Where the Goblins Came From

· ai · Source ↗

TLDR

  • OpenAI’s “Nerdy” personality reward signal accidentally amplified goblin and gremlin metaphors, which spread via RL generalization and SFT feedback loops across GPT-5 model generations.

Key Takeaways

  • The Nerdy personality reward scored creature-word outputs higher in 76.2% of audited datasets, driving the tic even outside the Nerdy prompt.
  • Nerdy was only 2.5% of ChatGPT traffic but accounted for 66.7% of all goblin mentions, confirming it as the root cause.
  • RL generalization spread the tic beyond the Nerdy condition; SFT data reuse then reinforced it across subsequent training runs.
  • Goblin use rose 175% and gremlin 52% after GPT-5.1 launch; the full creature family included raccoons, trolls, ogres, and pigeons.
  • Fix: retired the Nerdy personality in March, removed the creature-affine reward signal, and filtered creature-words from training data.

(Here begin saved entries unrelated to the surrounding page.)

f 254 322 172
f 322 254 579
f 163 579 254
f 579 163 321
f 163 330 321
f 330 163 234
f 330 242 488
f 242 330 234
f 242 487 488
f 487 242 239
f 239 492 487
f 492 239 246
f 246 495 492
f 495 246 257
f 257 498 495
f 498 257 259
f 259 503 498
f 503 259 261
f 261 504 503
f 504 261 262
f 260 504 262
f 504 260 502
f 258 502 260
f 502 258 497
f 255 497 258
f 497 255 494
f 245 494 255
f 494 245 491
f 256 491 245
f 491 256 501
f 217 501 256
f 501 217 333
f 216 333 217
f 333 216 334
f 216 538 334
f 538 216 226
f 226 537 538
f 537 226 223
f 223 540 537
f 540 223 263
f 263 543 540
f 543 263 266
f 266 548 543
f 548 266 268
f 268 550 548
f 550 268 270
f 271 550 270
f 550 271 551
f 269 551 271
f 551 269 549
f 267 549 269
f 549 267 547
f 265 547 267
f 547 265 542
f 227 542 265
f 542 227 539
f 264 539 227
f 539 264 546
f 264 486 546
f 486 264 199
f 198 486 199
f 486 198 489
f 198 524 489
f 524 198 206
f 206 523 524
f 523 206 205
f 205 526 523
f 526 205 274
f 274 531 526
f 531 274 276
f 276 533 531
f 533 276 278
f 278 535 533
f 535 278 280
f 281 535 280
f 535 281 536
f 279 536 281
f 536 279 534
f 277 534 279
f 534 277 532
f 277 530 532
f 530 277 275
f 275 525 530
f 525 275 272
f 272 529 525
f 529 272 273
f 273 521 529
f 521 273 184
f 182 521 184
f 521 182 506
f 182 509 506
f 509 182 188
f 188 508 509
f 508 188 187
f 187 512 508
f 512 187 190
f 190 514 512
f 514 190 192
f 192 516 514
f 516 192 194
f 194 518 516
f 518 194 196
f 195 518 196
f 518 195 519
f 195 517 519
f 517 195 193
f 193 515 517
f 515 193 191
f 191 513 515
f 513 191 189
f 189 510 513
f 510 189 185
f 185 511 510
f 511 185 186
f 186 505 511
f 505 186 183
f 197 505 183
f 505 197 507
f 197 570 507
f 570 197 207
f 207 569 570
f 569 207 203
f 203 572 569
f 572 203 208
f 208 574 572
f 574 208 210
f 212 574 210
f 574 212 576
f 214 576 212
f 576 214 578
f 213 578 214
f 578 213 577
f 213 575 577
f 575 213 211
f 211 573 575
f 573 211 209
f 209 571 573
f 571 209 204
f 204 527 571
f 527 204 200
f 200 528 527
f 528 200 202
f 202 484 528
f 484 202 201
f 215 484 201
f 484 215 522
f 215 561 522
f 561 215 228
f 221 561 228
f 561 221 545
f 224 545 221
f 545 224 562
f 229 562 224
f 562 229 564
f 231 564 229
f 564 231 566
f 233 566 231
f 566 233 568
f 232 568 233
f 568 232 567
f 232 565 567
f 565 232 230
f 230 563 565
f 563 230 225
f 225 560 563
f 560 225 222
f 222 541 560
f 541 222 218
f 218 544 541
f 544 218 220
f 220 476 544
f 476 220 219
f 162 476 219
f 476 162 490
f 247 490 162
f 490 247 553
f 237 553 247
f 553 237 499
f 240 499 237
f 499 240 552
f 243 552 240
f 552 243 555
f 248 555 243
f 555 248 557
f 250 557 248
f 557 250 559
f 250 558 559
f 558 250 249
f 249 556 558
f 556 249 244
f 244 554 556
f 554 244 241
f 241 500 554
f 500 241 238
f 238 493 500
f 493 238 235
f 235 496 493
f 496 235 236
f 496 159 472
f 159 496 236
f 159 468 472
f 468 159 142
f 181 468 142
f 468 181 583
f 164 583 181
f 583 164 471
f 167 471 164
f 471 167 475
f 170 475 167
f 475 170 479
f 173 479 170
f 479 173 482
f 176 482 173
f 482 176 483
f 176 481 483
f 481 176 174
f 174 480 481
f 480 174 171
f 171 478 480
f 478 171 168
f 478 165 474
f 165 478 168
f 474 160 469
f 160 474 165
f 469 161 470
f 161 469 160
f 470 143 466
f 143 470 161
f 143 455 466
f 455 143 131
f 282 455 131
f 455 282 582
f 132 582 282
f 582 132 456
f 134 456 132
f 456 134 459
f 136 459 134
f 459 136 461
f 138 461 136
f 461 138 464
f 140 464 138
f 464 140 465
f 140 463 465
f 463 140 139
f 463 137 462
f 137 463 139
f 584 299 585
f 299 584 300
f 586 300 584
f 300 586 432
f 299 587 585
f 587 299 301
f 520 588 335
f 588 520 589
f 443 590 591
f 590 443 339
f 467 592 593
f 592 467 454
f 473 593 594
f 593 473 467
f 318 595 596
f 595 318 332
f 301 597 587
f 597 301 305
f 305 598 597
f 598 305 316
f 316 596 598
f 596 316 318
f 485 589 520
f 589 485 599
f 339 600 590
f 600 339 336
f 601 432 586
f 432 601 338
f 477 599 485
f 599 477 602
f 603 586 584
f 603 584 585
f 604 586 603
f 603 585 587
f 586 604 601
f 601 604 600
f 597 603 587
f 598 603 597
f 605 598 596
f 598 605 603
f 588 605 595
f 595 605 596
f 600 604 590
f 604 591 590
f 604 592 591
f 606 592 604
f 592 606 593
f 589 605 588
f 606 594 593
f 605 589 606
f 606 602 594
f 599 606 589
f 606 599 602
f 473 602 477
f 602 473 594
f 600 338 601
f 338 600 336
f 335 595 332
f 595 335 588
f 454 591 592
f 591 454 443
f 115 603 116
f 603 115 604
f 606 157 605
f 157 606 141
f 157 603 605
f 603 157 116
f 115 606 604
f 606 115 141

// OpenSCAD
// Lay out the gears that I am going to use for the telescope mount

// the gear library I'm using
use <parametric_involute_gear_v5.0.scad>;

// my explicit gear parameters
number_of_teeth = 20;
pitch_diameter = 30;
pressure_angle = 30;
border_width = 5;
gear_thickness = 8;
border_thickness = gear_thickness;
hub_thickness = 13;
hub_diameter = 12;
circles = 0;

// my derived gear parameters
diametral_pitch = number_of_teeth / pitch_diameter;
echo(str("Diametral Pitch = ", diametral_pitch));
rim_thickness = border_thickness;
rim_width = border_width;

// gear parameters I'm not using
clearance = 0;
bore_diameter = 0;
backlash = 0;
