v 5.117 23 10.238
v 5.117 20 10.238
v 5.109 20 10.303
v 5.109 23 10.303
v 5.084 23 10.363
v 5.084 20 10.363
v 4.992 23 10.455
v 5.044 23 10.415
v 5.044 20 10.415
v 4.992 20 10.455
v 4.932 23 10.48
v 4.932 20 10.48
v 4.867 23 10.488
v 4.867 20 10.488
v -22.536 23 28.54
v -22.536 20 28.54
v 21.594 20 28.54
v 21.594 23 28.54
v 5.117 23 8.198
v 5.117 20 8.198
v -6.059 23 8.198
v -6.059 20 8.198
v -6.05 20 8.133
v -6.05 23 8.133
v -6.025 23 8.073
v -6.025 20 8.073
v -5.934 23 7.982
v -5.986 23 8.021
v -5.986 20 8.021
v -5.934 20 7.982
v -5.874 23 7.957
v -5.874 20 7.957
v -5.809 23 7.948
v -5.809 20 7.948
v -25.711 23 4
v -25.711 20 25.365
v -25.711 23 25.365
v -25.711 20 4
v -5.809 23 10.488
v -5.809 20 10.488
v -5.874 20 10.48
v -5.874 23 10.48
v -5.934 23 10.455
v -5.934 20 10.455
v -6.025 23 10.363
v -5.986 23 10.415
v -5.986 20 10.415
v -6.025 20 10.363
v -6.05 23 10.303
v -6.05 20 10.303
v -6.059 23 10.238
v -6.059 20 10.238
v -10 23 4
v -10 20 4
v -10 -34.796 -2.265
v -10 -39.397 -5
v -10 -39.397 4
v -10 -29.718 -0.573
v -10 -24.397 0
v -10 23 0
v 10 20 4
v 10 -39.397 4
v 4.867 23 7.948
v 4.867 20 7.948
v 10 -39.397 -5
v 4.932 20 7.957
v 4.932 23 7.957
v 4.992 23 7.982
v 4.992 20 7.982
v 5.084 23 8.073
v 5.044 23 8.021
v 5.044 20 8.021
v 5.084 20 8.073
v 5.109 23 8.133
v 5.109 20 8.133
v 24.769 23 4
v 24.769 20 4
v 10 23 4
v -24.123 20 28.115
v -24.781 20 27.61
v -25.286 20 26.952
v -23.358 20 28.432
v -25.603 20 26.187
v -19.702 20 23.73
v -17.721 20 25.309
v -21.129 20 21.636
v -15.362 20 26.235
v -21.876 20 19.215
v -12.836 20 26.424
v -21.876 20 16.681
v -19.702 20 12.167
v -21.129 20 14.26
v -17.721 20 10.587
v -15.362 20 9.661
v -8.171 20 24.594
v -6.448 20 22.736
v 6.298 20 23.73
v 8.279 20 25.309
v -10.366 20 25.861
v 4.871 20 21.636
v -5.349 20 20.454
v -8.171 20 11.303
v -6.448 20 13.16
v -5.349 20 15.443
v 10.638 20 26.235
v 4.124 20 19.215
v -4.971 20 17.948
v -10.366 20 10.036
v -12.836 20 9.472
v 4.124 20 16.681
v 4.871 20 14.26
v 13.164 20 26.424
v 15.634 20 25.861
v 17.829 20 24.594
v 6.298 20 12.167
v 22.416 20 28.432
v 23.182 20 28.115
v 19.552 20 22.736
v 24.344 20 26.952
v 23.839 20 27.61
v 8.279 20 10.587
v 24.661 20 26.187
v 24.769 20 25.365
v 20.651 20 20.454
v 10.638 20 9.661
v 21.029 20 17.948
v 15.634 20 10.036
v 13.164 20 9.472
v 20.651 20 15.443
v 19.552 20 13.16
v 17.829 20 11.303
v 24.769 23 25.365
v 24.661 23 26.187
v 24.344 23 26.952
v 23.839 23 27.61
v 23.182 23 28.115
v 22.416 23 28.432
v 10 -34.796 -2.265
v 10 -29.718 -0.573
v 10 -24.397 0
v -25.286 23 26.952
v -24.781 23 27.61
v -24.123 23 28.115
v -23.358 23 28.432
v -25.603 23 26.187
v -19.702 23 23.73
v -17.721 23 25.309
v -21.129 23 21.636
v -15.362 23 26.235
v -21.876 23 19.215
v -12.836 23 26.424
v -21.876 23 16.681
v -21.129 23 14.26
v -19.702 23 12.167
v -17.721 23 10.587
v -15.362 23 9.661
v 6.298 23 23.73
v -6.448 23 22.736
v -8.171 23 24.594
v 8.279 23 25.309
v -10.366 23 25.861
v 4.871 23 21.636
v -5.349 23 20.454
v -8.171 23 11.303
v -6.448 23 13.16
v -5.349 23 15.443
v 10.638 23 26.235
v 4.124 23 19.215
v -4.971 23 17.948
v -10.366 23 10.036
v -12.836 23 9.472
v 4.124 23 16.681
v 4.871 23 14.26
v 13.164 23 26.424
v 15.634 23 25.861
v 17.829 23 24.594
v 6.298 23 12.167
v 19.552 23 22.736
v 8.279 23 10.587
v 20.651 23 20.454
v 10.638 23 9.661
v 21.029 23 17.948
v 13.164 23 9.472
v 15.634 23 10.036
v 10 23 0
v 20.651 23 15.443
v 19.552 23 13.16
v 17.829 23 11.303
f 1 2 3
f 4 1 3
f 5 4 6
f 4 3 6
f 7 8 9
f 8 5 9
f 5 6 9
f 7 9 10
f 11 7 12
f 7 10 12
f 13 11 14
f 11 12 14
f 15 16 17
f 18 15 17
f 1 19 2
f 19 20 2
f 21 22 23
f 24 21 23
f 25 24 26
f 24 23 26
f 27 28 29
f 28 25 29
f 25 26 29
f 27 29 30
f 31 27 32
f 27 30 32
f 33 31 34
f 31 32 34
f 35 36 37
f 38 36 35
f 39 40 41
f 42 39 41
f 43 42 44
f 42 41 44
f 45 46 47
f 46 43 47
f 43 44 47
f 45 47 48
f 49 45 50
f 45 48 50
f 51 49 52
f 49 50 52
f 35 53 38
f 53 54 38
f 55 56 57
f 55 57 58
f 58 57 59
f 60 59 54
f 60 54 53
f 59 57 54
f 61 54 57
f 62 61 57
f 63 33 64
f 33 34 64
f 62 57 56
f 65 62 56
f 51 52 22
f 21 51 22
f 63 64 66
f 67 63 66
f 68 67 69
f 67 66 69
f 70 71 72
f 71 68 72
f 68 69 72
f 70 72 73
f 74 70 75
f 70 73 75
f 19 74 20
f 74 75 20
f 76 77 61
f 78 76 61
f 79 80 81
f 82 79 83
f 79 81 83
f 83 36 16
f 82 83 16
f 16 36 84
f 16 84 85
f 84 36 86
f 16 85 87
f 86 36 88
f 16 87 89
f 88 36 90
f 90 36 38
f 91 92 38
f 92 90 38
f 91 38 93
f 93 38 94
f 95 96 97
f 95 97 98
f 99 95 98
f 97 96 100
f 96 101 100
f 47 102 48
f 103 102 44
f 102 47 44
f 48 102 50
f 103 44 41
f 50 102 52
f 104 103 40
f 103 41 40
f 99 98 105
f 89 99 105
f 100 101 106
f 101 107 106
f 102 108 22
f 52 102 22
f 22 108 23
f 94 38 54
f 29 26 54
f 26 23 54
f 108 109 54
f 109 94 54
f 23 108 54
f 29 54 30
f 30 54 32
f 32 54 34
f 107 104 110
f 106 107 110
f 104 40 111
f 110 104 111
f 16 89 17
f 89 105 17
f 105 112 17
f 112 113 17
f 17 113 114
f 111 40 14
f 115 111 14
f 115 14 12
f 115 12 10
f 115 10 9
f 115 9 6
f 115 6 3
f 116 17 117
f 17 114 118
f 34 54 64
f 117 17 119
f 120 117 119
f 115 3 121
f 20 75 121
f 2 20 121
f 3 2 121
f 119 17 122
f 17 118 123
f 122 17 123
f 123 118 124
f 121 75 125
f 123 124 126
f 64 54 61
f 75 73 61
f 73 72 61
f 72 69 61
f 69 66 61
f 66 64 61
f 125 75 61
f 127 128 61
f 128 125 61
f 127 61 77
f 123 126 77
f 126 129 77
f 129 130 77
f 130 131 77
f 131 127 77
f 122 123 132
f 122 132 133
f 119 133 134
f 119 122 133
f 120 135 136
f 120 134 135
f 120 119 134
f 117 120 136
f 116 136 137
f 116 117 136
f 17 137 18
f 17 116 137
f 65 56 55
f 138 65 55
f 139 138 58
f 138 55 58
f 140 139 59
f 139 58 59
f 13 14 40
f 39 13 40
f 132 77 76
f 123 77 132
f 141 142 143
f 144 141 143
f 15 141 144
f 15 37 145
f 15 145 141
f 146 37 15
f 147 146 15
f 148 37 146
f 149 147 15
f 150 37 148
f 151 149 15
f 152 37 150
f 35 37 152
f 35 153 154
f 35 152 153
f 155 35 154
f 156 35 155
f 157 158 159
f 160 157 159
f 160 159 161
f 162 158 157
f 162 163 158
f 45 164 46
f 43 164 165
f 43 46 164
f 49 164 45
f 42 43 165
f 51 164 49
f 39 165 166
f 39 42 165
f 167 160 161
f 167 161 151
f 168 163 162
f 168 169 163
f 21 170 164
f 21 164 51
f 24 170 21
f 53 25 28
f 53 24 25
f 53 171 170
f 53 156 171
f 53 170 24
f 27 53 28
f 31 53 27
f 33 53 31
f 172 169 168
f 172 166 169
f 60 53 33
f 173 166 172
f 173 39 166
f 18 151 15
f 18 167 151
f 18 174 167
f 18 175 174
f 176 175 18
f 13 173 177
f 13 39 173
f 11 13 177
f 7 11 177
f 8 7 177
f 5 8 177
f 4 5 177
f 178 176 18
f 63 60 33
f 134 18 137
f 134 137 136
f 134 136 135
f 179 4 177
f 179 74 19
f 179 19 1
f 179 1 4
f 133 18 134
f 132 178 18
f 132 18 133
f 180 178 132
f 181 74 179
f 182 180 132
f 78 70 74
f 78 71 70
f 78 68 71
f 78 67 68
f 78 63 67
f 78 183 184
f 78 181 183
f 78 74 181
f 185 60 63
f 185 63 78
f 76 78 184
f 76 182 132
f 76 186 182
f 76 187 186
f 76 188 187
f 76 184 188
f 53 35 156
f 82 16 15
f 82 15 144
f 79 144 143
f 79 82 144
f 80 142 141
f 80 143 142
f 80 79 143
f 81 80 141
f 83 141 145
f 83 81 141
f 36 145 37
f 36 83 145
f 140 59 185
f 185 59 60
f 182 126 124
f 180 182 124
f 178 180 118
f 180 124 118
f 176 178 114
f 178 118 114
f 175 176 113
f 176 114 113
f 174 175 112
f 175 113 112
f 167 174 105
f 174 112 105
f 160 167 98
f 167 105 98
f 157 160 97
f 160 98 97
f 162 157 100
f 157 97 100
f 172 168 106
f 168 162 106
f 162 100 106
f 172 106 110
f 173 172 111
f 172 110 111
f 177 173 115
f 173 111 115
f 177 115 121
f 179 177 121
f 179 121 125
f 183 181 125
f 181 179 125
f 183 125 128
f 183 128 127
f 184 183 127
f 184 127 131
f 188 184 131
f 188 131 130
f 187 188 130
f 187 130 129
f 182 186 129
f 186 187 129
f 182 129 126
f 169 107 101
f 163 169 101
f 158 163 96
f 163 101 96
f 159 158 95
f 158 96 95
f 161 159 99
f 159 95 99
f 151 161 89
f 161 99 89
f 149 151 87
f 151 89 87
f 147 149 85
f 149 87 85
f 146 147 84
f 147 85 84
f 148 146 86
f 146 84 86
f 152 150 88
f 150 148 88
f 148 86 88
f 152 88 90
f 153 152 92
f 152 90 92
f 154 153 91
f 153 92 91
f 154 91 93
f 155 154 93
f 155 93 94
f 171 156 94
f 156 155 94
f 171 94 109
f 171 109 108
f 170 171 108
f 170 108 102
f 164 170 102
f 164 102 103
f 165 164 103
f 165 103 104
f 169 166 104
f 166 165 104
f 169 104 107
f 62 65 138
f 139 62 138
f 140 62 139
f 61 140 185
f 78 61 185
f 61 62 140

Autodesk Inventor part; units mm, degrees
ref_plane "YZ Plane" through (0, 0, 0) normal (1, 0, 0) x (0, 1, 0)
ref_plane "XZ Plane" through (0, 0, 0) normal (0, 1, 0) x (-1, 0, 0)
ref_plane "XY Plane" through (0, 0, 0) normal (0, 0, 1) x (1, 0, 0)
sketch "Sketch1" plane through (0, 0, 0) normal (1, 0, 0) x (0, 1, 0)
  arc A0 (-24.3967, 0) -> (-49.3967, -25) centre (-24.3967, -25) ccw projected
  line L0 (-10.5765, 0) -> (-24.3967, 0) projected
  line L1 (-10.5765, 0) -> (63.7352, 0) projected
  line L2 (-24.3967, 0) -> (-39.3967, 0)
  line L3 (-39.3967, 0) -> (-39.3967, -5)
  line L4 (-39.3967, 0) -> (-3.4641, 0)
  line L5 (0, 4) -> (-39.3967, 4)
  line L6 (-39.3967, 4) -> (-39.3967, 0)
  line L7 (0, 4) -> (20, 4)
  line L8 (20, 4) -> (20, 0)
  line L9 (-3.4641, 0) -> (20, 0)
  point P0 (0, 0)
  dimension "d0" = 15
  dimension "d8" = 20
  dimension "d12" = 4
extrude "Extrusion1" add sketch "Sketch1" along normal mid plane 20
sketch "Sketch4" plane through (-10, 20, 4) normal (0, 1, 0) x (1, 0, 0)
  line L0 (4.1911, -3.9481) -> (14.8671, -3.9481)
  line L1 (14.8671, -6.4881) -> (4.1911, -6.4881)
  line L2 (0, 0) -> (20, 0)
  line L3 (-12.5359, -24.54) -> (31.5941, -24.54)
  line L4 (34.7691, 0) -> (-15.7109, 0)
  line L5 (-15.7109, 0) -> (34.7691, 0)
  line L6 (3.9411, -6.2381) -> (3.9411, -4.1981)
  arc A0 (3.9411, -6.2381) -> (4.1911, -6.4881) centre (4.1911, -6.2381) ccw
  arc A1 (4.1911, -3.9481) -> (3.9411, -4.1981) centre (4.1911, -4.1981) ccw
  line L7 (0, 4) -> (0, 0)
  circle A2 centre (-3.4709, -13.9481) radius 8.5
  arc A3 (-15.7109, -21.365) -> (-12.5359, -24.54) centre (-12.5359, -21.365) ccw
  line L8 (-15.7109, -21.365) -> (-15.7109, 0)
  arc A4 (31.5941, -24.54) -> (34.7691, -21.365) centre (31.5941, -21.365) ccw
  line L9 (34.7691, 0) -> (34.7691, -21.365)
  line L10 (20, 0) -> (20, 4)
  line L11 (20, 4) -> (20, 2)
  arc A5 (14.8671, -6.4881) -> (15.1171, -6.2381) centre (14.8671, -6.2381) ccw
  arc A6 (15.1171, -4.1981) -> (14.8671, -3.9481) centre (14.8671, -4.1981) ccw
  circle A7 centre (22.5291, -13.9481) radius 8.5
  line L12 (15.1171, -4.1981) -> (15.1171, -6.2381)
  line L13 (0, 2) -> (0, 0)
  line L14 (0, 0) -> (20, 0)
  line L15 (20, 0) -> (20, 2)
  line L16 (0, 0) -> (20, 0) projected
  line L17 (20, 4) -> (20, 0) projected
  line L18 (20, 4) -> (0, 4) projected
  line L19 (0, 0) -> (0, 4) projected
  point P0 (10, 4)
  point P1 (10, 2)
  point P2 (10, 4)
  point P3 (10, 0)
  point P4 (10, 0)
  point P5 (24.7691, -1.4081)
  point P6 (10, 4)
  dimension "d9" = 4
extrude "Extrusion3" add sketch "Sketch4" along normal blind 3
properties part number "SensorMount"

Hacker News Comment Review

  • Two days before this post, users had already found the Codex 5.5 system prompt explicitly banning goblins, gremlins, raccoons, trolls, ogres, and pigeons – OpenAI had patched covertly first, explained publicly second.
  • Commenters flagged the RL generalization mechanism as a broader alignment signal: rewarded behaviors don’t stay scoped to the condition that produced them, and the feedback loop compounds through SFT recycling.
  • Some noted that creature anthropomorphism may genuinely make problems feel more approachable, which would explain why the reward signal latched onto it in the first place – the tic was not pure noise.

Notable Comments

  • @ollin: surfaced the exact Codex 5.5 system prompt line banning the creature list, providing forensic evidence of the covert patch before this post went live.
  • @canpan: drew a parallel from hands-on experience training on the tiny stories dataset – imbalanced training data reliably locks in repeated names and phrases, same mechanism at a smaller scale.